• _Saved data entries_
+++

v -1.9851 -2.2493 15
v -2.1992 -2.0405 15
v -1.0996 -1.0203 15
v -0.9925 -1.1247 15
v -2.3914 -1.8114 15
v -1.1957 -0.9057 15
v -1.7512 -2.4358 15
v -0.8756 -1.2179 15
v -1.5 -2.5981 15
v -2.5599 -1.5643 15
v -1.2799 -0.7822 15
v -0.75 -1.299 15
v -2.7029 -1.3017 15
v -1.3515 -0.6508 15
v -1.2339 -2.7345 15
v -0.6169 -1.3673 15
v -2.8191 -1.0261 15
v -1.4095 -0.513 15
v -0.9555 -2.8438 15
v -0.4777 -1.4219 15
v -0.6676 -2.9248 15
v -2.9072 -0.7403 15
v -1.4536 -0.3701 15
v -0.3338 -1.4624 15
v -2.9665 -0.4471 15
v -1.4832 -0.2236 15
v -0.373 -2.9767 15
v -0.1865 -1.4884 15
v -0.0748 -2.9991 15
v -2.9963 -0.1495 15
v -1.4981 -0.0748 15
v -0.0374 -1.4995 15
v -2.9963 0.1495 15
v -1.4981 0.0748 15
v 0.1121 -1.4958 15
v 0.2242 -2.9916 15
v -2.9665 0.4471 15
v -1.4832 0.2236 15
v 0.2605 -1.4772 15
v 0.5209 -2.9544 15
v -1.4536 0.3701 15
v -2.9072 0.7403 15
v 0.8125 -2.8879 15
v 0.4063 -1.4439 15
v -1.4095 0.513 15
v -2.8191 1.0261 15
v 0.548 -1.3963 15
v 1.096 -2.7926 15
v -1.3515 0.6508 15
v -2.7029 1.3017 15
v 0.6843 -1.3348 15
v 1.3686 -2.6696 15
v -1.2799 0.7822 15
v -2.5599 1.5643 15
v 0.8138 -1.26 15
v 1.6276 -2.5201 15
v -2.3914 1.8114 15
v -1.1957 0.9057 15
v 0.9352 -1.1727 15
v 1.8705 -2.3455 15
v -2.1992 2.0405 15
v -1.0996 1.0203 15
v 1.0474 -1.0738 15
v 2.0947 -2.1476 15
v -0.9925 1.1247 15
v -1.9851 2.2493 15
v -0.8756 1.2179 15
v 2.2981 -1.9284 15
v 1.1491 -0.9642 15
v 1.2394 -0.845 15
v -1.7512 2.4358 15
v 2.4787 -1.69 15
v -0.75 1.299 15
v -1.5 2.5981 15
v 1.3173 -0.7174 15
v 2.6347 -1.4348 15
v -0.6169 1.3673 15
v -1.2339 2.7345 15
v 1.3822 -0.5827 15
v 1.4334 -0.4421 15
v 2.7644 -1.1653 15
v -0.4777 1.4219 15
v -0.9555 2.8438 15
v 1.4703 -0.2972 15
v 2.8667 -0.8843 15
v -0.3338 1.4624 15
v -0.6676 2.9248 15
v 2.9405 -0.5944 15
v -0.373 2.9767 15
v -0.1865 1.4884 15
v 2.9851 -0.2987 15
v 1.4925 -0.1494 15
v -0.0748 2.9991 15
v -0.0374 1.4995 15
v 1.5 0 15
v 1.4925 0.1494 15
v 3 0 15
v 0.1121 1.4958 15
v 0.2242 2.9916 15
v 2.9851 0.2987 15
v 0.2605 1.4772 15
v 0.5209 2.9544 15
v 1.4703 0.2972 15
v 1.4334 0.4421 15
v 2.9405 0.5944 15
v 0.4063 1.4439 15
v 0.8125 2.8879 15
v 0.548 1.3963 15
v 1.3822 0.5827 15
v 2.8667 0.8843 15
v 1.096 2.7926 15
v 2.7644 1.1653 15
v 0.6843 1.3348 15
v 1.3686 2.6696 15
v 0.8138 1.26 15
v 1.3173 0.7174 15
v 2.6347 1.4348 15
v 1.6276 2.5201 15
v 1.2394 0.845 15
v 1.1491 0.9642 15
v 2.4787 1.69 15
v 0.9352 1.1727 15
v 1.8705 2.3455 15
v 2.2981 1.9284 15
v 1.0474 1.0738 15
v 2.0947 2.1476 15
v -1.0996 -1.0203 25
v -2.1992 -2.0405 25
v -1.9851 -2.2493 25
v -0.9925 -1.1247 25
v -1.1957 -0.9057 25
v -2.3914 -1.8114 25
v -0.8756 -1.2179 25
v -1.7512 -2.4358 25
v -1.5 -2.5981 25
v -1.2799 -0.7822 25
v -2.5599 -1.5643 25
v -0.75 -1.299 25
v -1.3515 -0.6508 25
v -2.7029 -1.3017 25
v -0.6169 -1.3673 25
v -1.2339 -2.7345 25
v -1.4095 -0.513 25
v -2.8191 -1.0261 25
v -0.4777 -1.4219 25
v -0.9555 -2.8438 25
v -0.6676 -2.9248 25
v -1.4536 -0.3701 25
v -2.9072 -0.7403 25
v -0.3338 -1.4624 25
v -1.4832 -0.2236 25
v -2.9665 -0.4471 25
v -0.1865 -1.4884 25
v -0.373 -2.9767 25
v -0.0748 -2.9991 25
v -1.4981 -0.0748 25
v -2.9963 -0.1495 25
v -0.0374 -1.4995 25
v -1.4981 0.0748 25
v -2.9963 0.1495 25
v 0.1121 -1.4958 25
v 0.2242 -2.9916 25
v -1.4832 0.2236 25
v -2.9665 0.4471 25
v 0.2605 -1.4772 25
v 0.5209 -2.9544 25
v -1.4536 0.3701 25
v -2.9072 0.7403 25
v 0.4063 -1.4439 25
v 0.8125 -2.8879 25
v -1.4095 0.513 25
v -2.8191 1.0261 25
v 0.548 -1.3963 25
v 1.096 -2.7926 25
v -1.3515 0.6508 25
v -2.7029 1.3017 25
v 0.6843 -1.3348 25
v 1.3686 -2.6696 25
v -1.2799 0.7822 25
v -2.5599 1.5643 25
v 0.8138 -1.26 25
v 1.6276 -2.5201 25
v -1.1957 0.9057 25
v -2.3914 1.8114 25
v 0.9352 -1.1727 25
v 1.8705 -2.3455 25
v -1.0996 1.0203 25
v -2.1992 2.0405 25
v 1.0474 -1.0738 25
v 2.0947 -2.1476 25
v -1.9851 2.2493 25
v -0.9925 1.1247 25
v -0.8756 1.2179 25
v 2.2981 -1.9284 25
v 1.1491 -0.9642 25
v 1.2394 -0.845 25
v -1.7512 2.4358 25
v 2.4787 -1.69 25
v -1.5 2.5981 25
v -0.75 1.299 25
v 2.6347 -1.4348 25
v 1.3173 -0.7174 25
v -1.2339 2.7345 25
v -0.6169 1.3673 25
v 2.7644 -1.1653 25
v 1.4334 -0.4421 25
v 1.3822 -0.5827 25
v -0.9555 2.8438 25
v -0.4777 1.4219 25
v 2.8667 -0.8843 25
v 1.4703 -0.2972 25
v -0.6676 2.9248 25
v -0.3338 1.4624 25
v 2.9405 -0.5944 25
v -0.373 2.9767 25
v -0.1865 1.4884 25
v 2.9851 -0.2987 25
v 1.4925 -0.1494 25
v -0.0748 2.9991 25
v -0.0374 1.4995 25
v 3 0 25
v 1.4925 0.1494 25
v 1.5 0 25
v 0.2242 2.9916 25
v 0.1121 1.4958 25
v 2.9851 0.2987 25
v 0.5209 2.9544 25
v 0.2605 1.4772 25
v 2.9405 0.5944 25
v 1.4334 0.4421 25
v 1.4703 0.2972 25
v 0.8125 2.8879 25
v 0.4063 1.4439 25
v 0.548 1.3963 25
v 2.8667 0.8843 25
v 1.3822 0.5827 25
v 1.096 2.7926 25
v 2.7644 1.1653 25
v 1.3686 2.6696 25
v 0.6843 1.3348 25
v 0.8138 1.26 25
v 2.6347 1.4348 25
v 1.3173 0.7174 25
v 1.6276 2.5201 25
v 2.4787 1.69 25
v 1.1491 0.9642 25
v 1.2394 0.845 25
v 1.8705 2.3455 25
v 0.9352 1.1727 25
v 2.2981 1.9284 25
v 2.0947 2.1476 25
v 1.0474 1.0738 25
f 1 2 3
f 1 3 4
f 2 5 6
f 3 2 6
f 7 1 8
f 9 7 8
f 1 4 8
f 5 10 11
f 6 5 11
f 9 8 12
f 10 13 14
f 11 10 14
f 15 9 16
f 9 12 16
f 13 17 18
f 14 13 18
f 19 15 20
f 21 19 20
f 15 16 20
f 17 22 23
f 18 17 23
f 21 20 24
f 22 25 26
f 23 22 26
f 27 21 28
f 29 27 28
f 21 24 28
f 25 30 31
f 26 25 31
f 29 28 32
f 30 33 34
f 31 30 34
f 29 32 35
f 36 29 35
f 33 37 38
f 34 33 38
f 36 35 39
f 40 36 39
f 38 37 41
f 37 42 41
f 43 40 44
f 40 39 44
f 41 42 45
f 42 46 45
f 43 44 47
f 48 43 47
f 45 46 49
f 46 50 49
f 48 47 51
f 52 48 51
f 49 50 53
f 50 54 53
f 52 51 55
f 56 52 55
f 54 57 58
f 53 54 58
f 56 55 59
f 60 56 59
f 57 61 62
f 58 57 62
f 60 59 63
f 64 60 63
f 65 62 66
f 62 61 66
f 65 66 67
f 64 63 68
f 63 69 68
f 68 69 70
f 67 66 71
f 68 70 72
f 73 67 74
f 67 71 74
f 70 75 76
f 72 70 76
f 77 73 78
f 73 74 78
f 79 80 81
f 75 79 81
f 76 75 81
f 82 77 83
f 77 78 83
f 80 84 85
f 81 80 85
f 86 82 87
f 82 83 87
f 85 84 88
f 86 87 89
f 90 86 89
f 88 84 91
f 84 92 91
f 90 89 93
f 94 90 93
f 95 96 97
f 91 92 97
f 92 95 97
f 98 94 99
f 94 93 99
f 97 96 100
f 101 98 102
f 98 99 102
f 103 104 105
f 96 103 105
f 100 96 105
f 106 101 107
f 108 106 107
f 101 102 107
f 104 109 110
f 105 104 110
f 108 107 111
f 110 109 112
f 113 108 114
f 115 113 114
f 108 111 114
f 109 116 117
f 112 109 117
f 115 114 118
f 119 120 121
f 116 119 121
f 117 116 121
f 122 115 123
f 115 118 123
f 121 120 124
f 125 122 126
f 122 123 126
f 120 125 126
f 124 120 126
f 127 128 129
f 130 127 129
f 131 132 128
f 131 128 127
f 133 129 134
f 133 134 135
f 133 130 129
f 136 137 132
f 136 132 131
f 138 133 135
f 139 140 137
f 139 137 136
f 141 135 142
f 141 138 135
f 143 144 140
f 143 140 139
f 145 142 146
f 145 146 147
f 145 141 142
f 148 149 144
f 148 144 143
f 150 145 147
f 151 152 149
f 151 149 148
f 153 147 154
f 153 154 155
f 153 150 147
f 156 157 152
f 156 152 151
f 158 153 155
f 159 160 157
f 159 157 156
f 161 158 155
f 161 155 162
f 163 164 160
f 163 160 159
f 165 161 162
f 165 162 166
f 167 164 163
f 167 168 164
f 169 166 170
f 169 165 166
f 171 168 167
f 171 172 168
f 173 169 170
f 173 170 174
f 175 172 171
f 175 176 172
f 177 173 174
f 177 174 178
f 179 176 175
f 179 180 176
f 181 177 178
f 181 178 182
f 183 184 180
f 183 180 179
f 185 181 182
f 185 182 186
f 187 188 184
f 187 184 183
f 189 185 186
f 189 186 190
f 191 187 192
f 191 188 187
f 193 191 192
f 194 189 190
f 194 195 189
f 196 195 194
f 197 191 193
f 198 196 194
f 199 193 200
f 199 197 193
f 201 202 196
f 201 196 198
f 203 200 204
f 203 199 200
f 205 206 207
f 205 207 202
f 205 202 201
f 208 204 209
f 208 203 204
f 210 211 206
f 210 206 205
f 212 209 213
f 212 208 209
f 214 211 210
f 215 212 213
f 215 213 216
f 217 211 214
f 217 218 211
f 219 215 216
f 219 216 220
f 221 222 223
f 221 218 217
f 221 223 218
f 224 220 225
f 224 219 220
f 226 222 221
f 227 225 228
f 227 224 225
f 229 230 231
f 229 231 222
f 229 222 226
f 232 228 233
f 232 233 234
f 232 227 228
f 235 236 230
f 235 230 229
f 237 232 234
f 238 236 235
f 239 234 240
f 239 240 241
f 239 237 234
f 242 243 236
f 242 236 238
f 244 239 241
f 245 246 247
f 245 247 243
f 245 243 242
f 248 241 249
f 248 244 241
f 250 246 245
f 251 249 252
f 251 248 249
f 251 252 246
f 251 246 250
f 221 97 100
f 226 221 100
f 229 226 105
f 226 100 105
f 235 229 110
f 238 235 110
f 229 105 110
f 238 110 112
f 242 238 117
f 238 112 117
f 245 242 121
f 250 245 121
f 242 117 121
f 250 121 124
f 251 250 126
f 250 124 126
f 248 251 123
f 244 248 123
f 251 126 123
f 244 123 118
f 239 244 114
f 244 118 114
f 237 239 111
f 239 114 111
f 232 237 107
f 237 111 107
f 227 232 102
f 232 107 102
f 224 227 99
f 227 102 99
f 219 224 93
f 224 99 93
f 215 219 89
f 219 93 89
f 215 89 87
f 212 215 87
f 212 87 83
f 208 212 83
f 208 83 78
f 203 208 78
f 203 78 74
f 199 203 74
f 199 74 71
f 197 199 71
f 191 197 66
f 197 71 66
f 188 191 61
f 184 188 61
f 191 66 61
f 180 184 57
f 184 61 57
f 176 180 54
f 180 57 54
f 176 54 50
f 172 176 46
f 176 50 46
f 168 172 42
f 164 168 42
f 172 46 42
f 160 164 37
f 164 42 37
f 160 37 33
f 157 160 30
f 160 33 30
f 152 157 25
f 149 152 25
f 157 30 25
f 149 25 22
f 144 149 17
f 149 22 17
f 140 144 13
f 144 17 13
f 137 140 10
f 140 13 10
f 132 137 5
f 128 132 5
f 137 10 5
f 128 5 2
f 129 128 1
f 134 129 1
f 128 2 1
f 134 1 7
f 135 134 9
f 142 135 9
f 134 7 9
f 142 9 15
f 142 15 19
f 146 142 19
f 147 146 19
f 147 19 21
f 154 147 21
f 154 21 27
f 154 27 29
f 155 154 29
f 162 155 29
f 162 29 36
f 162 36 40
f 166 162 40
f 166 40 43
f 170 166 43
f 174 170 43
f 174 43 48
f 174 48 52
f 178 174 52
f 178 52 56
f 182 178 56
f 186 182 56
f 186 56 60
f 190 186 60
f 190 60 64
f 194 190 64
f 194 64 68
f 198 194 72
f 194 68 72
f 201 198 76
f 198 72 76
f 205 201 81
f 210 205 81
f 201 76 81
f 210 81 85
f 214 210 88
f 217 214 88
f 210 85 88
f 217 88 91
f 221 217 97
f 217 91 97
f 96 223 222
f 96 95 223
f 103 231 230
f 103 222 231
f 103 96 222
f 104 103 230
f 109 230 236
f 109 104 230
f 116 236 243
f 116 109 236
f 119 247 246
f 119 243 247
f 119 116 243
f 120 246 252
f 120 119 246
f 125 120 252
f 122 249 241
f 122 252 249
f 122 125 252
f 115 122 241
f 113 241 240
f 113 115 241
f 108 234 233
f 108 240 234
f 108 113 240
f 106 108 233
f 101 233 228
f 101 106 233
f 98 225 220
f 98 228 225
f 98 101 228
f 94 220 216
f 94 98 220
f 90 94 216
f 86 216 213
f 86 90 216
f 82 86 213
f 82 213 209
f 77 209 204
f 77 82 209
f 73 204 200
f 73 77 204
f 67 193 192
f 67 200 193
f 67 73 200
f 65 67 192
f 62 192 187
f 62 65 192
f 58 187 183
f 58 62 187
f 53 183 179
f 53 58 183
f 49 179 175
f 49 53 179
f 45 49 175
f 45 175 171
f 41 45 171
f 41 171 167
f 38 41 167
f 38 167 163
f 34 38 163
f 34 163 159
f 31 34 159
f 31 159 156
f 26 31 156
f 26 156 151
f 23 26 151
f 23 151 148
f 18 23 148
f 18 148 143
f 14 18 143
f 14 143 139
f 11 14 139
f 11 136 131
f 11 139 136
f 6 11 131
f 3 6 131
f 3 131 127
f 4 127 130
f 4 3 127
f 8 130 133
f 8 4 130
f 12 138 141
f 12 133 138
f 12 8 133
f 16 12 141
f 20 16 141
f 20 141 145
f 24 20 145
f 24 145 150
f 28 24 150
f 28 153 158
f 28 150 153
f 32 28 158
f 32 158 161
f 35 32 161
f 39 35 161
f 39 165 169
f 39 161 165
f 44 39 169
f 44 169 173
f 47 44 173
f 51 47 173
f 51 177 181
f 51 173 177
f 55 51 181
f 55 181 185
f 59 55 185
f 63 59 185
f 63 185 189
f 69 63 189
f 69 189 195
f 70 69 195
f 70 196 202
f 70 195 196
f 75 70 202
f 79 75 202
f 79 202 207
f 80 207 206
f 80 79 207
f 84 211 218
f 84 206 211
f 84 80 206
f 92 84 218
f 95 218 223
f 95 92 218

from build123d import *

# Parameters (mm, degrees)
CYLINDER003_R     = 1.5
CYLINDER003_DEPTH = 30
CYLINDER001_R     = 3
CYLINDER001_DEPTH = 10


with BuildPart() as screw_cutout:
    # Cylinder003 → Cylinder003 (new body)
    with BuildSketch(Plane.XY):
        Circle(CYLINDER003_R)
    extrude(amount=CYLINDER003_DEPTH)


with BuildPart() as cut:
    # Cylinder001 → Cylinder001 (new body)
    with BuildSketch(Plane.XY.offset(15)):
        Circle(CYLINDER001_R)
    extrude(amount=CYLINDER001_DEPTH)

    # Cut: cut screw cutout
    add(screw_cutout.part, mode=Mode.SUBTRACT)


solid = cut.part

+++

• _TASK REQUIREMENTS_
Look above for the line with "v -0.75 -1.299 15"; retype exactly that line, every line after it up to the line with "v -2.3914 1.8114 15", and that line too, nothing else.

• _RESULT OF THE EXERCISE_
v -0.75 -1.299 15
v -2.7029 -1.3017 15
v -1.3515 -0.6508 15
v -1.2339 -2.7345 15
v -0.6169 -1.3673 15
v -2.8191 -1.0261 15
v -1.4095 -0.513 15
v -0.9555 -2.8438 15
v -0.4777 -1.4219 15
v -0.6676 -2.9248 15
v -2.9072 -0.7403 15
v -1.4536 -0.3701 15
v -0.3338 -1.4624 15
v -2.9665 -0.4471 15
v -1.4832 -0.2236 15
v -0.373 -2.9767 15
v -0.1865 -1.4884 15
v -0.0748 -2.9991 15
v -2.9963 -0.1495 15
v -1.4981 -0.0748 15
v -0.0374 -1.4995 15
v -2.9963 0.1495 15
v -1.4981 0.0748 15
v 0.1121 -1.4958 15
v 0.2242 -2.9916 15
v -2.9665 0.4471 15
v -1.4832 0.2236 15
v 0.2605 -1.4772 15
v 0.5209 -2.9544 15
v -1.4536 0.3701 15
v -2.9072 0.7403 15
v 0.8125 -2.8879 15
v 0.4063 -1.4439 15
v -1.4095 0.513 15
v -2.8191 1.0261 15
v 0.548 -1.3963 15
v 1.096 -2.7926 15
v -1.3515 0.6508 15
v -2.7029 1.3017 15
v 0.6843 -1.3348 15
v 1.3686 -2.6696 15
v -1.2799 0.7822 15
v -2.5599 1.5643 15
v 0.8138 -1.26 15
v 1.6276 -2.5201 15
v -2.3914 1.8114 15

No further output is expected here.